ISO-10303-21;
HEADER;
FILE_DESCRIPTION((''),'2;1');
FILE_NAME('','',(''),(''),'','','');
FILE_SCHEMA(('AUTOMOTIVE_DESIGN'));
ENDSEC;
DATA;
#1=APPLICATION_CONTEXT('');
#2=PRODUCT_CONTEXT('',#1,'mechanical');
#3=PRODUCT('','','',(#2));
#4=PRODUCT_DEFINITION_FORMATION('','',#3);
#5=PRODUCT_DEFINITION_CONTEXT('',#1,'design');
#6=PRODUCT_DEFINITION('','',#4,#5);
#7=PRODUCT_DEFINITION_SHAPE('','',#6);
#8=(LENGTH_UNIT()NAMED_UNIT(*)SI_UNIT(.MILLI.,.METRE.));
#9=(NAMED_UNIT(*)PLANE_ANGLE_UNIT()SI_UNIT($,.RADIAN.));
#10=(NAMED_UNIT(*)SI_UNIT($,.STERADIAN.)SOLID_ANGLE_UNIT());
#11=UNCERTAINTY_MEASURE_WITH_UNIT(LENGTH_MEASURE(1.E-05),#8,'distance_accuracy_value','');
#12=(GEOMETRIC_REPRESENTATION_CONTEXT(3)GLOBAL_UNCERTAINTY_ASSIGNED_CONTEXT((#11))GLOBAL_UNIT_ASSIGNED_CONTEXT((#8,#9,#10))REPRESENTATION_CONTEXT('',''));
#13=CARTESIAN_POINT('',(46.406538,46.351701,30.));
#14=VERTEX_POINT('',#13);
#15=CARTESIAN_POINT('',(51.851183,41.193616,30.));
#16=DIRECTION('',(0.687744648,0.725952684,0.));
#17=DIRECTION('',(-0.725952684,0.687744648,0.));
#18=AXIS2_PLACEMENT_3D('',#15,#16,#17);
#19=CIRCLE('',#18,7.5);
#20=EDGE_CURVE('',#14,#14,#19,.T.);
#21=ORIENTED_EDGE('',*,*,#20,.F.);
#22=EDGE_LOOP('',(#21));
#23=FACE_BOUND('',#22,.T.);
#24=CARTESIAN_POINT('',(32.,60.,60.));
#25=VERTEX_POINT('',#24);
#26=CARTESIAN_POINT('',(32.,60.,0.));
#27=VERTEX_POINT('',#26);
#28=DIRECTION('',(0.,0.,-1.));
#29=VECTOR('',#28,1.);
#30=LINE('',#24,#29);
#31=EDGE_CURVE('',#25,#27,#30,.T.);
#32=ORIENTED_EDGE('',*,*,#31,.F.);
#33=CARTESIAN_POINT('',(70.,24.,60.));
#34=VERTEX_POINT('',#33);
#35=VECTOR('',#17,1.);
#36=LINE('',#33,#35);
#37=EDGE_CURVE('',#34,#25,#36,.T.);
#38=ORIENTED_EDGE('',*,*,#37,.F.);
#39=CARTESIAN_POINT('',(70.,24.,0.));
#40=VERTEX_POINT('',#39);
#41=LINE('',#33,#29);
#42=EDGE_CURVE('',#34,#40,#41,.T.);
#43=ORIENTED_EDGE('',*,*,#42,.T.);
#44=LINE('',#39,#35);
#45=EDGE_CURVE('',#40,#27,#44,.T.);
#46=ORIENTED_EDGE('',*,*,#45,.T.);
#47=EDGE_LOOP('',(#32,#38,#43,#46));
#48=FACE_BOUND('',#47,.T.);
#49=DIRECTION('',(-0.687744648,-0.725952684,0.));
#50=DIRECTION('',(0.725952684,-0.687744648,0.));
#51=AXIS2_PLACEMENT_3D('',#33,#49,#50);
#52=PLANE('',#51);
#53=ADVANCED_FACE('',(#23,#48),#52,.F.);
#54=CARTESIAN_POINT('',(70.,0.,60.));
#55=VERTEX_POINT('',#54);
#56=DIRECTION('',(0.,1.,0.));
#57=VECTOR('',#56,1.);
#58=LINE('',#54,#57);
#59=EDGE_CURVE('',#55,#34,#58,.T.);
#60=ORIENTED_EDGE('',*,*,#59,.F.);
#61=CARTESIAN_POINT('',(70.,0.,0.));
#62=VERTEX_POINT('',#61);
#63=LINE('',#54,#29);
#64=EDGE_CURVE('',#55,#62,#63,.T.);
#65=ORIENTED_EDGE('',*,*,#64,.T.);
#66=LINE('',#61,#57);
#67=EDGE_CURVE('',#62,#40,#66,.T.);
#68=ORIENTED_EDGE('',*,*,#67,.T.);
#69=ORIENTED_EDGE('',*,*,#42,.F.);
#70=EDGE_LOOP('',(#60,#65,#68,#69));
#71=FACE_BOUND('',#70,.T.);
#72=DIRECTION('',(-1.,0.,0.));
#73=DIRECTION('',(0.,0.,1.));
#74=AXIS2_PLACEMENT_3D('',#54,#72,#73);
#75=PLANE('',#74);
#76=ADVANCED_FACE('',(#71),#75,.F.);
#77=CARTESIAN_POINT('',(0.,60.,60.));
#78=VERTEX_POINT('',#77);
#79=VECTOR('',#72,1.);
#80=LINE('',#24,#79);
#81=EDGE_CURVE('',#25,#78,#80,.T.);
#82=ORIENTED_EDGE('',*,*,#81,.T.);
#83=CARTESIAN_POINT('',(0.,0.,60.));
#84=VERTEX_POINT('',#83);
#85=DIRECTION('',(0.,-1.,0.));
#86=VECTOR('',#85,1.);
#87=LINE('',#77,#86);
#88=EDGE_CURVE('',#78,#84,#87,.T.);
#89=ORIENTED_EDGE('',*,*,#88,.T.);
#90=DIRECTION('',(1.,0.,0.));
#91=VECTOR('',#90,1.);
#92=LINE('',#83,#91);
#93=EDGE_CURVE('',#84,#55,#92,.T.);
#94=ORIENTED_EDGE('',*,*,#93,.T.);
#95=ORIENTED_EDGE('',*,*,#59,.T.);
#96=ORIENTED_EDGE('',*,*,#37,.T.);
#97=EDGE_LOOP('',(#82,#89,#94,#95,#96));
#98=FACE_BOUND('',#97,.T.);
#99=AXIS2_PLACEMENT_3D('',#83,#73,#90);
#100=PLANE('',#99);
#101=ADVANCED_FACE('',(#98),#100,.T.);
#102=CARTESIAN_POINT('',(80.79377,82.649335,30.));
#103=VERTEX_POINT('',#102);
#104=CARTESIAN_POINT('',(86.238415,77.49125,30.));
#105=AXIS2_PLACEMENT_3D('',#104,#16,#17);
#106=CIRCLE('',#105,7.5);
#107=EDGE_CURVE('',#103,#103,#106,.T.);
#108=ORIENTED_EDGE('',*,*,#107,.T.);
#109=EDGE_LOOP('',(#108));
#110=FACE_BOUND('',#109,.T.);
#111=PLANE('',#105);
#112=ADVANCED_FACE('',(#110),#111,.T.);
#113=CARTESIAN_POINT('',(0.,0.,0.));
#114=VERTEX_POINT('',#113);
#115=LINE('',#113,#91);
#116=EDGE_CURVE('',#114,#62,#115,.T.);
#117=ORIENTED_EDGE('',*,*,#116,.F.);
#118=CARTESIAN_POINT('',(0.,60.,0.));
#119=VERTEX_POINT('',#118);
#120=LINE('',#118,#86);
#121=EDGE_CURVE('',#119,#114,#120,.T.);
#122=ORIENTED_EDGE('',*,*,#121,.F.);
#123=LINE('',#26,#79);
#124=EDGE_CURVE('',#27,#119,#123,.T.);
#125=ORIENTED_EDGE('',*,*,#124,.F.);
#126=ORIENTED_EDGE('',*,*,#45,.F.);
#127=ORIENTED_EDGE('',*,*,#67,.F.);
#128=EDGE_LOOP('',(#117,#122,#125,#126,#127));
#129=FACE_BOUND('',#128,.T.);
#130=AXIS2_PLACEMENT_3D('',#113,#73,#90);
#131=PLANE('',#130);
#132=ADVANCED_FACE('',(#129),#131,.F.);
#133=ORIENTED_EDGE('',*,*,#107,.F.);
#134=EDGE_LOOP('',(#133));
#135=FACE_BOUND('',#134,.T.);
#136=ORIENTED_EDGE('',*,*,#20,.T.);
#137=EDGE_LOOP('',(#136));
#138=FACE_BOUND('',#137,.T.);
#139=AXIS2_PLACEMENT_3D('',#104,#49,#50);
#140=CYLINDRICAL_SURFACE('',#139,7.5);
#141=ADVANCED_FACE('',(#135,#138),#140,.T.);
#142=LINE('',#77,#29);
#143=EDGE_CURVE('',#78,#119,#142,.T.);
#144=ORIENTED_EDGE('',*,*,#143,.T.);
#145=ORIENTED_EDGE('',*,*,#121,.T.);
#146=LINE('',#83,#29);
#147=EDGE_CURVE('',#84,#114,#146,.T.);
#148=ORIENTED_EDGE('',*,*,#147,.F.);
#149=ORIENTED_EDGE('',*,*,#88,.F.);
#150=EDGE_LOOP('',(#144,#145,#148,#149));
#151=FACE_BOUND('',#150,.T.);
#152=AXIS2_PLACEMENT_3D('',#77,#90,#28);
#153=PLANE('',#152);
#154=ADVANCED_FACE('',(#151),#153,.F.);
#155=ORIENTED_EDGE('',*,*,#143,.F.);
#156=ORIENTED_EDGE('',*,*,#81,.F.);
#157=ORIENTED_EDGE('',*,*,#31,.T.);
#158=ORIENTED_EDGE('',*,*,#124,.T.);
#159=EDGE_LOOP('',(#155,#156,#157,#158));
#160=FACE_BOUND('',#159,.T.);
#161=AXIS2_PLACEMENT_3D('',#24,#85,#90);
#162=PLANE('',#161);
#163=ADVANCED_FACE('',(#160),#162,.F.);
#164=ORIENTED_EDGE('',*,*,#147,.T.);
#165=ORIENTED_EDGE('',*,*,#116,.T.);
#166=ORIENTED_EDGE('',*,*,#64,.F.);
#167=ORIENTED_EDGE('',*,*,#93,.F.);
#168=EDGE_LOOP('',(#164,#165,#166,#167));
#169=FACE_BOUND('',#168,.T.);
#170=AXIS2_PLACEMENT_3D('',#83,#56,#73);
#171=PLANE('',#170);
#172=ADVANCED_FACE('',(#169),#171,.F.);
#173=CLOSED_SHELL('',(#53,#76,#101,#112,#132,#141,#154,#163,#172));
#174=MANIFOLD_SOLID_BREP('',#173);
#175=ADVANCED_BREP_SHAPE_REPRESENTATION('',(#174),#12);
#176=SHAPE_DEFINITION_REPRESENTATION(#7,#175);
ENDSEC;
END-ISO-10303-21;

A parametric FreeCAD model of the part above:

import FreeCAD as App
import Part
import Sketcher
from FreeCAD import Vector
Q = App.Units.Quantity

doc = App.newDocument("Part")
body = doc.addObject("PartDesign::Body", "Body")

sketch1 = body.newObject("Sketcher::SketchObject", "Sketch")
sketch1.AttachmentSupport = (doc.getObject("XY_Plane"), [""])
sketch1.MapMode = "FlatFace"
sketch1.addGeometry(Part.LineSegment(Vector(0, 0, 0), Vector(70, 0, 0)), False)
sketch1.addGeometry(Part.LineSegment(Vector(70, 0, 0), Vector(70, 24, 0)), False)
sketch1.addGeometry(Part.LineSegment(Vector(70, 24, 0), Vector(32, 60, 0)), False)
sketch1.addGeometry(Part.LineSegment(Vector(32, 60, 0), Vector(0, 60, 0)), False)
sketch1.addGeometry(Part.LineSegment(Vector(0, 60, 0), Vector(0, 0, 0)), False)
sketch1.addConstraint(Sketcher.Constraint("Coincident", 0, 2, 1, 1))
sketch1.addConstraint(Sketcher.Constraint("Coincident", 1, 2, 2, 1))
sketch1.addConstraint(Sketcher.Constraint("Coincident", 2, 2, 3, 1))
sketch1.addConstraint(Sketcher.Constraint("Coincident", 3, 2, 4, 1))
sketch1.addConstraint(Sketcher.Constraint("Coincident", 4, 2, 0, 1))
sketch1.addConstraint(Sketcher.Constraint("Horizontal", 0))
sketch1.addConstraint(Sketcher.Constraint("Vertical", 1))
sketch1.addConstraint(Sketcher.Constraint("Horizontal", 3))
sketch1.addConstraint(Sketcher.Constraint("Vertical", 4))
sketch1.addConstraint(Sketcher.Constraint("Coincident", 4, 2, -1, 1))
sketch1.addConstraint(Sketcher.Constraint("DistanceX", 0, 1, 0, 2, Q("70 mm")))
sketch1.addConstraint(Sketcher.Constraint("DistanceX", 3, 2, 3, 1, Q("32 mm")))
sketch1.addConstraint(Sketcher.Constraint("DistanceY", 1, 1, 1, 2, Q("24 mm")))
sketch1.addConstraint(Sketcher.Constraint("DistanceY", 4, 2, 4, 1, Q("60 mm")))
pad1 = body.newObject("PartDesign::Pad", "Pad")
pad1.Profile = sketch1
pad1.Length = 60

sketch2 = body.newObject("Sketcher::SketchObject", "Sketch001")
sketch2.Placement = App.Placement(Vector(45.091971, 47.59708, 0), App.Rotation(Vector(0.725952684, -0.687744648, 0), Vector(0, 0, -1), Vector(0.687744648, 0.725952684, 0), "ZXY"))
sketch2.addGeometry(Part.Circle(Vector(9, -30, 0), Vector(0, 0, 1), 8), False)
sketch2.addConstraint(Sketcher.Constraint("Diameter", 0, Q("15 mm")))
sketch2.addConstraint(Sketcher.Constraint("DistanceY", 0, 3, -1, 1, Q("30 mm")))
sketch2.addConstraint(Sketcher.Constraint("DistanceX", -1, 1, 0, 3, Q("9.310816 mm")))
pad2 = body.newObject("PartDesign::Pad", "Pad001")
pad2.Profile = sketch2
pad2.Length = 50

doc.recompute()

──────────

Task objective → The range runs from the line above containing "#101=ADVANCED_FACE('',(#98),#100,.T.);" to the line containing "#168=EDGE_LOOP('',(#164,#165,#166,#167));", inclusive. Restate those lines word for word and no others.

Written response →
#101=ADVANCED_FACE('',(#98),#100,.T.);
#102=CARTESIAN_POINT('',(80.79377,82.649335,30.));
#103=VERTEX_POINT('',#102);
#104=CARTESIAN_POINT('',(86.238415,77.49125,30.));
#105=AXIS2_PLACEMENT_3D('',#104,#16,#17);
#106=CIRCLE('',#105,7.5);
#107=EDGE_CURVE('',#103,#103,#106,.T.);
#108=ORIENTED_EDGE('',*,*,#107,.T.);
#109=EDGE_LOOP('',(#108));
#110=FACE_BOUND('',#109,.T.);
#111=PLANE('',#105);
#112=ADVANCED_FACE('',(#110),#111,.T.);
#113=CARTESIAN_POINT('',(0.,0.,0.));
#114=VERTEX_POINT('',#113);
#115=LINE('',#113,#91);
#116=EDGE_CURVE('',#114,#62,#115,.T.);
#117=ORIENTED_EDGE('',*,*,#116,.F.);
#118=CARTESIAN_POINT('',(0.,60.,0.));
#119=VERTEX_POINT('',#118);
#120=LINE('',#118,#86);
#121=EDGE_CURVE('',#119,#114,#120,.T.);
#122=ORIENTED_EDGE('',*,*,#121,.F.);
#123=LINE('',#26,#79);
#124=EDGE_CURVE('',#27,#119,#123,.T.);
#125=ORIENTED_EDGE('',*,*,#124,.F.);
#126=ORIENTED_EDGE('',*,*,#45,.F.);
#127=ORIENTED_EDGE('',*,*,#67,.F.);
#128=EDGE_LOOP('',(#117,#122,#125,#126,#127));
#129=FACE_BOUND('',#128,.T.);
#130=AXIS2_PLACEMENT_3D('',#113,#73,#90);
#131=PLANE('',#130);
#132=ADVANCED_FACE('',(#129),#131,.F.);
#133=ORIENTED_EDGE('',*,*,#107,.F.);
#134=EDGE_LOOP('',(#133));
#135=FACE_BOUND('',#134,.T.);
#136=ORIENTED_EDGE('',*,*,#20,.T.);
#137=EDGE_LOOP('',(#136));
#138=FACE_BOUND('',#137,.T.);
#139=AXIS2_PLACEMENT_3D('',#104,#49,#50);
#140=CYLINDRICAL_SURFACE('',#139,7.5);
#141=ADVANCED_FACE('',(#135,#138),#140,.T.);
#142=LINE('',#77,#29);
#143=EDGE_CURVE('',#78,#119,#142,.T.);
#144=ORIENTED_EDGE('',*,*,#143,.T.);
#145=ORIENTED_EDGE('',*,*,#121,.T.);
#146=LINE('',#83,#29);
#147=EDGE_CURVE('',#84,#114,#146,.T.);
#148=ORIENTED_EDGE('',*,*,#147,.F.);
#149=ORIENTED_EDGE('',*,*,#88,.F.);
#150=EDGE_LOOP('',(#144,#145,#148,#149));
#151=FACE_BOUND('',#150,.T.);
#152=AXIS2_PLACEMENT_3D('',#77,#90,#28);
#153=PLANE('',#152);
#154=ADVANCED_FACE('',(#151),#153,.F.);
#155=ORIENTED_EDGE('',*,*,#143,.F.);
#156=ORIENTED_EDGE('',*,*,#81,.F.);
#157=ORIENTED_EDGE('',*,*,#31,.T.);
#158=ORIENTED_EDGE('',*,*,#124,.T.);
#159=EDGE_LOOP('',(#155,#156,#157,#158));
#160=FACE_BOUND('',#159,.T.);
#161=AXIS2_PLACEMENT_3D('',#24,#85,#90);
#162=PLANE('',#161);
#163=ADVANCED_FACE('',(#160),#162,.F.);
#164=ORIENTED_EDGE('',*,*,#147,.T.);
#165=ORIENTED_EDGE('',*,*,#116,.T.);
#166=ORIENTED_EDGE('',*,*,#64,.F.);
#167=ORIENTED_EDGE('',*,*,#93,.F.);
#168=EDGE_LOOP('',(#164,#165,#166,#167));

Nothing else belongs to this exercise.